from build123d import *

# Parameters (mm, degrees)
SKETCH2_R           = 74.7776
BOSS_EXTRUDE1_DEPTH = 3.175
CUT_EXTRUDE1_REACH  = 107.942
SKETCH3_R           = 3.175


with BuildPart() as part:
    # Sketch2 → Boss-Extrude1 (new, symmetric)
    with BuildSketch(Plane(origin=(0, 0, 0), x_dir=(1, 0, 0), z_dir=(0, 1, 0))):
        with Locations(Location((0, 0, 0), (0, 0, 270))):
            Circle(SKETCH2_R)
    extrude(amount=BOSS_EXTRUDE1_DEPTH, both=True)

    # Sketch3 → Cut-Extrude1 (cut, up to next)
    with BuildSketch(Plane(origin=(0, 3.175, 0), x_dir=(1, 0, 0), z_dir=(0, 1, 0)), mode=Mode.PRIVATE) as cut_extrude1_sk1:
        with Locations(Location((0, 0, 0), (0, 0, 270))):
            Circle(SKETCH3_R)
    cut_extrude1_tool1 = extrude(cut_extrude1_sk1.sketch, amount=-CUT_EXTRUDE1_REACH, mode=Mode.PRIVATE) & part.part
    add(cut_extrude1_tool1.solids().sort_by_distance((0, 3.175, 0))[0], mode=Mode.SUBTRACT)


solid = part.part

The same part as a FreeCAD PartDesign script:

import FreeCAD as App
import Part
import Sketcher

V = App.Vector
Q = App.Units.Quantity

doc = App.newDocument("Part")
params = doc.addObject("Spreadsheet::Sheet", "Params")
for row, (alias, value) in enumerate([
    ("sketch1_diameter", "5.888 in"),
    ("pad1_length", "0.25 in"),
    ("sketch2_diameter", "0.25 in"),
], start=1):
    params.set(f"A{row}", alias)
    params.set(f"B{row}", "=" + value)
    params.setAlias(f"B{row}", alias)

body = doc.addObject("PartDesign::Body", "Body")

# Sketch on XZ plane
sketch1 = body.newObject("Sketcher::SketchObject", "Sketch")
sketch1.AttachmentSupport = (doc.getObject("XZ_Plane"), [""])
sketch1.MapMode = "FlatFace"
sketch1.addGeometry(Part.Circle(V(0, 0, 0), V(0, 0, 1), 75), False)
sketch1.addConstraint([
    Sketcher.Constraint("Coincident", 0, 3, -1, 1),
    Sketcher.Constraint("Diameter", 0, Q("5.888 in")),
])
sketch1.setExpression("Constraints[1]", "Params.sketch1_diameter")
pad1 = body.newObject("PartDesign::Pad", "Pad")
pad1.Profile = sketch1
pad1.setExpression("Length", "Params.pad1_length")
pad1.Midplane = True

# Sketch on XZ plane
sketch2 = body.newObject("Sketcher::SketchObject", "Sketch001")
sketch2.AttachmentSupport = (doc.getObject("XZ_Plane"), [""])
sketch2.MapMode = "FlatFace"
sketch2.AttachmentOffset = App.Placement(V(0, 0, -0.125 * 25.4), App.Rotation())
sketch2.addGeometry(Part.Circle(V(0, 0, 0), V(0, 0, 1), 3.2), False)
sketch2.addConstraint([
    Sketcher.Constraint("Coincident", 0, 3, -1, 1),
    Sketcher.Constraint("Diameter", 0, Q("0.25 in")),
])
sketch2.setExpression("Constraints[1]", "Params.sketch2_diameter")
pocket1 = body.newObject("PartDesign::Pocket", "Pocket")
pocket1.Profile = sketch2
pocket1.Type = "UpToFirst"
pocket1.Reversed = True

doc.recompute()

==

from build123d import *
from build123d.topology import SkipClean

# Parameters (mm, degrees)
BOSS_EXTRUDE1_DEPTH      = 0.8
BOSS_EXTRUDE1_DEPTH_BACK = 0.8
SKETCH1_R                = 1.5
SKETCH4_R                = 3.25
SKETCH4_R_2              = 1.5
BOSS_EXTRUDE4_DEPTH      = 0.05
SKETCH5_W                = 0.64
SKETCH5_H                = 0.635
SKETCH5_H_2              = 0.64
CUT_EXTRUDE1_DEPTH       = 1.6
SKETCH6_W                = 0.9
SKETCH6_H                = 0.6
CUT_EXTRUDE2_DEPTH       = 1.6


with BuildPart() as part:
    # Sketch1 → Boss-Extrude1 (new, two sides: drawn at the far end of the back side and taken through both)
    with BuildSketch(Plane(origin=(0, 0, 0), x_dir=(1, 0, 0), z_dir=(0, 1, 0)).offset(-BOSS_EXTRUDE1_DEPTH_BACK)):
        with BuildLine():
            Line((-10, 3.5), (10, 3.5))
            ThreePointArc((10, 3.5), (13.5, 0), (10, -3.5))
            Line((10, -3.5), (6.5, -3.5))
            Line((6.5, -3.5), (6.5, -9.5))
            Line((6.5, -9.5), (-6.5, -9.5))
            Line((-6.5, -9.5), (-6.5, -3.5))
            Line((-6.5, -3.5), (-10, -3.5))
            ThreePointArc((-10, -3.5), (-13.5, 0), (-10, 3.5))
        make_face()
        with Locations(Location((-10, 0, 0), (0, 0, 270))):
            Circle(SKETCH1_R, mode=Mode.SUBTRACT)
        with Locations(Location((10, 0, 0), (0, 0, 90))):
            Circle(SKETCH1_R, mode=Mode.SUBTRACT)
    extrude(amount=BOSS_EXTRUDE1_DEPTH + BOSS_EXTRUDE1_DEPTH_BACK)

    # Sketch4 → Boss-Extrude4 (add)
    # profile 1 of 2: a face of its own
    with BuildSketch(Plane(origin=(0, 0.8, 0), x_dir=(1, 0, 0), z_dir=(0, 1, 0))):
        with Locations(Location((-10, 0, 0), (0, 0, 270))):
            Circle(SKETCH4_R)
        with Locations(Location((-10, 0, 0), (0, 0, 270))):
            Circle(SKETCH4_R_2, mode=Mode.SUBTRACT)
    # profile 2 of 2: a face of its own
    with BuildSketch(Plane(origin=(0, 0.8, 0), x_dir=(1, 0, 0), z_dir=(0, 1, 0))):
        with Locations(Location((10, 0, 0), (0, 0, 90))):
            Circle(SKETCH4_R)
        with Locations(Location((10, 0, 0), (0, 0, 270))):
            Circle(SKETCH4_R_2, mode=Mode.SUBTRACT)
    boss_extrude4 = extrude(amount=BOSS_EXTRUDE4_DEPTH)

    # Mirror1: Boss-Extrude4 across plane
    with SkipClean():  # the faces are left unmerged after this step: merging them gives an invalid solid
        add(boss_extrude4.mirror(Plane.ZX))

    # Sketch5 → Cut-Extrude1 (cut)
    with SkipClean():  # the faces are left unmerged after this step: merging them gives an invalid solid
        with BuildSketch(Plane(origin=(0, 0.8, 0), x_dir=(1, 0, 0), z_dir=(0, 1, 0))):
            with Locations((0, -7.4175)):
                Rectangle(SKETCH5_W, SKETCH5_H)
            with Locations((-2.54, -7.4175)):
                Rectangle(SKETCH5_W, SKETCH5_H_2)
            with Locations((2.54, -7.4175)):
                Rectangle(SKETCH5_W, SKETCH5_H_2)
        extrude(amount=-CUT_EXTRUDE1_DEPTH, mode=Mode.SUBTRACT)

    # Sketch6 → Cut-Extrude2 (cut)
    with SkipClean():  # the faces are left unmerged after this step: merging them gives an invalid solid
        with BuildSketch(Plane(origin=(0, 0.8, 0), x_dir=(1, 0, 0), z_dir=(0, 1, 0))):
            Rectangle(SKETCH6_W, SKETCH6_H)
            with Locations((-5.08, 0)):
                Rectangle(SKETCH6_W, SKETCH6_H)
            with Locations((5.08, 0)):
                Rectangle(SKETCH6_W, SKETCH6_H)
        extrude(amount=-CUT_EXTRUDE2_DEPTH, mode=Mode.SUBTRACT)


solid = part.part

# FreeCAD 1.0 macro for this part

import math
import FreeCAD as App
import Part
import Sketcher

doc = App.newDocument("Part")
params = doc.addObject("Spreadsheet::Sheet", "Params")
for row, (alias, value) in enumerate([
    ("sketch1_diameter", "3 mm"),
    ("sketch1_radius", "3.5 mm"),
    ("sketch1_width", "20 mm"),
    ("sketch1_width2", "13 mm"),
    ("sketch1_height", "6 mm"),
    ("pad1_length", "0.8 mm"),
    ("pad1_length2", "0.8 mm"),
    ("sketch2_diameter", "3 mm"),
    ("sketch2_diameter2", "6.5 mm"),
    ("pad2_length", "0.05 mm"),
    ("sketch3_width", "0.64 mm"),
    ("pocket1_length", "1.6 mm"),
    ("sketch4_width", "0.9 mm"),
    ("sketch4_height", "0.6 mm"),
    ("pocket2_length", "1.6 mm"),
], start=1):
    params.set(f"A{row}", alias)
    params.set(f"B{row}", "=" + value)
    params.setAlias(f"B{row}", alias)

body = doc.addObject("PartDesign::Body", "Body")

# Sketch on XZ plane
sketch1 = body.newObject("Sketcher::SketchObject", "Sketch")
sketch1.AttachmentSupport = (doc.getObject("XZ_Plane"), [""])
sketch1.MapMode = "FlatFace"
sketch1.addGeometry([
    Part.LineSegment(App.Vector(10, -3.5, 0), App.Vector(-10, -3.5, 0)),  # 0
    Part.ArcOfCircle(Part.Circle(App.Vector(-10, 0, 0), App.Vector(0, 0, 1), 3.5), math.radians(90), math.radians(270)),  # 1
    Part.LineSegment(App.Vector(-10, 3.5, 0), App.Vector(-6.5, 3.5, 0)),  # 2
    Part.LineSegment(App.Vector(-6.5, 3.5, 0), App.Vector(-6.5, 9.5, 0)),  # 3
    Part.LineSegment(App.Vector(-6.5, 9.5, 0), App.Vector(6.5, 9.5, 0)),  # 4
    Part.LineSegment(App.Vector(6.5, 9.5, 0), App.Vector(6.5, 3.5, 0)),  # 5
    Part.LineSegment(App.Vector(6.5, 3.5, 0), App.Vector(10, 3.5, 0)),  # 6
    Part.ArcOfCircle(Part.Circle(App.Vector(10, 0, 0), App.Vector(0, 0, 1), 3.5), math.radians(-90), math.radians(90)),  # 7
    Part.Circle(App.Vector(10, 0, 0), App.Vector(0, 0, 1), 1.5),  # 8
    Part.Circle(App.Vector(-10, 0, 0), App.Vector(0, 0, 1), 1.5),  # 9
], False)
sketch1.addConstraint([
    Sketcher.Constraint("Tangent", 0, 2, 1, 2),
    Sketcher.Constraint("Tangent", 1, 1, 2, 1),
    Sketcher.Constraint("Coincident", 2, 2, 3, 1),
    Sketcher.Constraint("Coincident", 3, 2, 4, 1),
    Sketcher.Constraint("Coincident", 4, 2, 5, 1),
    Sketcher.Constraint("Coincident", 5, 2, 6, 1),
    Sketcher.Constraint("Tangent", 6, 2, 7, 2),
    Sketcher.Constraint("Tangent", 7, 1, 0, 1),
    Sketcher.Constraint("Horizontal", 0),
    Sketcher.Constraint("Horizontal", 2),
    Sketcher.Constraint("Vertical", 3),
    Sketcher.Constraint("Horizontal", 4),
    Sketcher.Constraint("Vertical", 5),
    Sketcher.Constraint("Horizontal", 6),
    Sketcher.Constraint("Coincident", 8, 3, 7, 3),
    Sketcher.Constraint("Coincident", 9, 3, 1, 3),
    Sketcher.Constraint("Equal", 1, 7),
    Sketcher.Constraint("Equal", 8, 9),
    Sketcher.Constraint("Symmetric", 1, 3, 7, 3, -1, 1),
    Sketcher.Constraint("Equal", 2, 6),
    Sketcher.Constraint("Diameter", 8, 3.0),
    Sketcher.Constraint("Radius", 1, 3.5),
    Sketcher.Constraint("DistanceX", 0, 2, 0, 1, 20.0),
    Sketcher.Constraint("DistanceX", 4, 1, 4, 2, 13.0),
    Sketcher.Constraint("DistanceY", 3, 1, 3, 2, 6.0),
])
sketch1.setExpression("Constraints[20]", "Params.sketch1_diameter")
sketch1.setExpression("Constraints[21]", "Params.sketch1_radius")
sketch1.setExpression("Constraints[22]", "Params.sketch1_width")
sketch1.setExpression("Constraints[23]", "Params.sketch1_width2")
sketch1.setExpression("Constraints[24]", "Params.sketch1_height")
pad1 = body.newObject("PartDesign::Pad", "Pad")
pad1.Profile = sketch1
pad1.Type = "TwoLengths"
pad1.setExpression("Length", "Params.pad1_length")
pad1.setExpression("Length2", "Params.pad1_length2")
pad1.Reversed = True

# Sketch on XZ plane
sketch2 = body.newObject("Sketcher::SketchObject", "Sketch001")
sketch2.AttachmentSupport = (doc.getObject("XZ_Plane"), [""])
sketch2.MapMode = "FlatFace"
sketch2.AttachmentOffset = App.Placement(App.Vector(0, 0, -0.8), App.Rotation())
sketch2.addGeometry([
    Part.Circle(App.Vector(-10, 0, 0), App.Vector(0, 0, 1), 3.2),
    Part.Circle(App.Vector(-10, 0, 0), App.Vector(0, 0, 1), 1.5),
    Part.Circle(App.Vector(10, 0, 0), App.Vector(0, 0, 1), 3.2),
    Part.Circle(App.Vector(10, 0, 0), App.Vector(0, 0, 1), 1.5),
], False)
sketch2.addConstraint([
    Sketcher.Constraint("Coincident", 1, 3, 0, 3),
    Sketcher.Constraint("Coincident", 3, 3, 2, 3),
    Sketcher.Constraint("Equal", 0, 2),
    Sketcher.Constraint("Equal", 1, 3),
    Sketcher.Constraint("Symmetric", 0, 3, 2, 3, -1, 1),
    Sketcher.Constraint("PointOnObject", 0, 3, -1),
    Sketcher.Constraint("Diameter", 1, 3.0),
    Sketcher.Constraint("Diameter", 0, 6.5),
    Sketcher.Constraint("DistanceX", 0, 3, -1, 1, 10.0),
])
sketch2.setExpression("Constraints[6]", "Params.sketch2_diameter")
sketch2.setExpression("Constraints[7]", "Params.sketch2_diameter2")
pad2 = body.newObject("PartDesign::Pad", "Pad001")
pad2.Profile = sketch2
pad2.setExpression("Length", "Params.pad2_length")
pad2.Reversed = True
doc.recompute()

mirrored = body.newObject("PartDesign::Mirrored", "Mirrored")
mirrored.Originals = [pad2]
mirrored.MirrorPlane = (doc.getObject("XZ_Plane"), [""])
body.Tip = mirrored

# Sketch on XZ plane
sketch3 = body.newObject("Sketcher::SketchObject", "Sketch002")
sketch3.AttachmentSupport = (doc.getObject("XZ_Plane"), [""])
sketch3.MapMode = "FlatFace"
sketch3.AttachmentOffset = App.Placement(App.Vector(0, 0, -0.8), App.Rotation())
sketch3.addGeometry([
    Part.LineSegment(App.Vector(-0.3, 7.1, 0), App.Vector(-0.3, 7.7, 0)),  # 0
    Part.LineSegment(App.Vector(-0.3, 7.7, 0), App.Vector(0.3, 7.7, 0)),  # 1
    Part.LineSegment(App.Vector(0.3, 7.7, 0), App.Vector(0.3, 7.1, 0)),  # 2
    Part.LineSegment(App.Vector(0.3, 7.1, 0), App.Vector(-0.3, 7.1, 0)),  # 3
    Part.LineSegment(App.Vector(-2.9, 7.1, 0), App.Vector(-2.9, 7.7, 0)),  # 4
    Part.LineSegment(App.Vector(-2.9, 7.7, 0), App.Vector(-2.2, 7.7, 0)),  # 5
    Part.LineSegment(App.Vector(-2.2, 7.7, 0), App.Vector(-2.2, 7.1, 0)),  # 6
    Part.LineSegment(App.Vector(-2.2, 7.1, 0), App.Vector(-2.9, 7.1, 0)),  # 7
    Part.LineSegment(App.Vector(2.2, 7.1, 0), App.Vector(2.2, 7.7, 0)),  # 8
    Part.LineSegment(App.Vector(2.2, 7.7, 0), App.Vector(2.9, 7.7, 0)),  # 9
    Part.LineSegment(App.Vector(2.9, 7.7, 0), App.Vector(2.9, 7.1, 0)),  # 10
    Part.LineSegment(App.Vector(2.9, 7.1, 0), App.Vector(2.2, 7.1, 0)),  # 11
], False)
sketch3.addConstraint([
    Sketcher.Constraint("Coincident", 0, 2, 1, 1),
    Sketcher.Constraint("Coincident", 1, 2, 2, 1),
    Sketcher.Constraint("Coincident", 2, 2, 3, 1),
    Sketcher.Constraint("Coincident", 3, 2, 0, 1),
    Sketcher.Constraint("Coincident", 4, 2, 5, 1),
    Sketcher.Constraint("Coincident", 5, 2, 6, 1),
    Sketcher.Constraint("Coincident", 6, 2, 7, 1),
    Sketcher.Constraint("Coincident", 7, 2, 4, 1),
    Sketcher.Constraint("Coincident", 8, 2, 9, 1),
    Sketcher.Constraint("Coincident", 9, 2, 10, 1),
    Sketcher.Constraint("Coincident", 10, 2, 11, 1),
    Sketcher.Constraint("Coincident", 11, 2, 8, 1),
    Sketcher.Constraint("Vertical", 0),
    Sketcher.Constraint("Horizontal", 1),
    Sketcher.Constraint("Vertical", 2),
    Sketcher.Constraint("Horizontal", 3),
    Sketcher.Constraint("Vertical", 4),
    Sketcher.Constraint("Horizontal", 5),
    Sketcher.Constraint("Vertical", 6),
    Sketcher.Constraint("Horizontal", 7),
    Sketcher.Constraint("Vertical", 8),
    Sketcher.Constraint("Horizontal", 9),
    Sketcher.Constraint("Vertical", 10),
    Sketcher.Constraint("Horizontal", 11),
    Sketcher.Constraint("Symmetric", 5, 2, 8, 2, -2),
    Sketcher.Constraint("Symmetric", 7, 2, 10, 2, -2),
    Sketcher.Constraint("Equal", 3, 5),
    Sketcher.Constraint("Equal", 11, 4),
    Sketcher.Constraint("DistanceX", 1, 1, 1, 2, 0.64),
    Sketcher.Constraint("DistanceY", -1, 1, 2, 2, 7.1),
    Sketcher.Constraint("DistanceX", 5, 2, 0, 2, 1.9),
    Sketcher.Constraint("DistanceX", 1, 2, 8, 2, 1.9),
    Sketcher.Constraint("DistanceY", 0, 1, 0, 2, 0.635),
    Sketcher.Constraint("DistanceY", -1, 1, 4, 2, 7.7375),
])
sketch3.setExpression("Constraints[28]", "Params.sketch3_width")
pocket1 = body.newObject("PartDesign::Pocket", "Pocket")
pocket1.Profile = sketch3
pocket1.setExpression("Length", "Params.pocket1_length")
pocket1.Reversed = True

WORK INSTRUCTIONS:
Copy back the listing above exactly, but only from the line with "# Sketch1 →" through the line with "# Mirror1: Boss-Extrude4 across plane", both ends included.

REPLY TO THE TASK:
    # Sketch1 → Boss-Extrude1 (new, two sides: drawn at the far end of the back side and taken through both)
    with BuildSketch(Plane(origin=(0, 0, 0), x_dir=(1, 0, 0), z_dir=(0, 1, 0)).offset(-BOSS_EXTRUDE1_DEPTH_BACK)):
        with BuildLine():
            Line((-10, 3.5), (10, 3.5))
            ThreePointArc((10, 3.5), (13.5, 0), (10, -3.5))
            Line((10, -3.5), (6.5, -3.5))
            Line((6.5, -3.5), (6.5, -9.5))
            Line((6.5, -9.5), (-6.5, -9.5))
            Line((-6.5, -9.5), (-6.5, -3.5))
            Line((-6.5, -3.5), (-10, -3.5))
            ThreePointArc((-10, -3.5), (-13.5, 0), (-10, 3.5))
        make_face()
        with Locations(Location((-10, 0, 0), (0, 0, 270))):
            Circle(SKETCH1_R, mode=Mode.SUBTRACT)
        with Locations(Location((10, 0, 0), (0, 0, 90))):
            Circle(SKETCH1_R, mode=Mode.SUBTRACT)
    extrude(amount=BOSS_EXTRUDE1_DEPTH + BOSS_EXTRUDE1_DEPTH_BACK)

    # Sketch4 → Boss-Extrude4 (add)
    # profile 1 of 2: a face of its own
    with BuildSketch(Plane(origin=(0, 0.8, 0), x_dir=(1, 0, 0), z_dir=(0, 1, 0))):
        with Locations(Location((-10, 0, 0), (0, 0, 270))):
            Circle(SKETCH4_R)
        with Locations(Location((-10, 0, 0), (0, 0, 270))):
            Circle(SKETCH4_R_2, mode=Mode.SUBTRACT)
    # profile 2 of 2: a face of its own
    with BuildSketch(Plane(origin=(0, 0.8, 0), x_dir=(1, 0, 0), z_dir=(0, 1, 0))):
        with Locations(Location((10, 0, 0), (0, 0, 90))):
            Circle(SKETCH4_R)
        with Locations(Location((10, 0, 0), (0, 0, 270))):
            Circle(SKETCH4_R_2, mode=Mode.SUBTRACT)
    boss_extrude4 = extrude(amount=BOSS_EXTRUDE4_DEPTH)

    # Mirror1: Boss-Extrude4 across plane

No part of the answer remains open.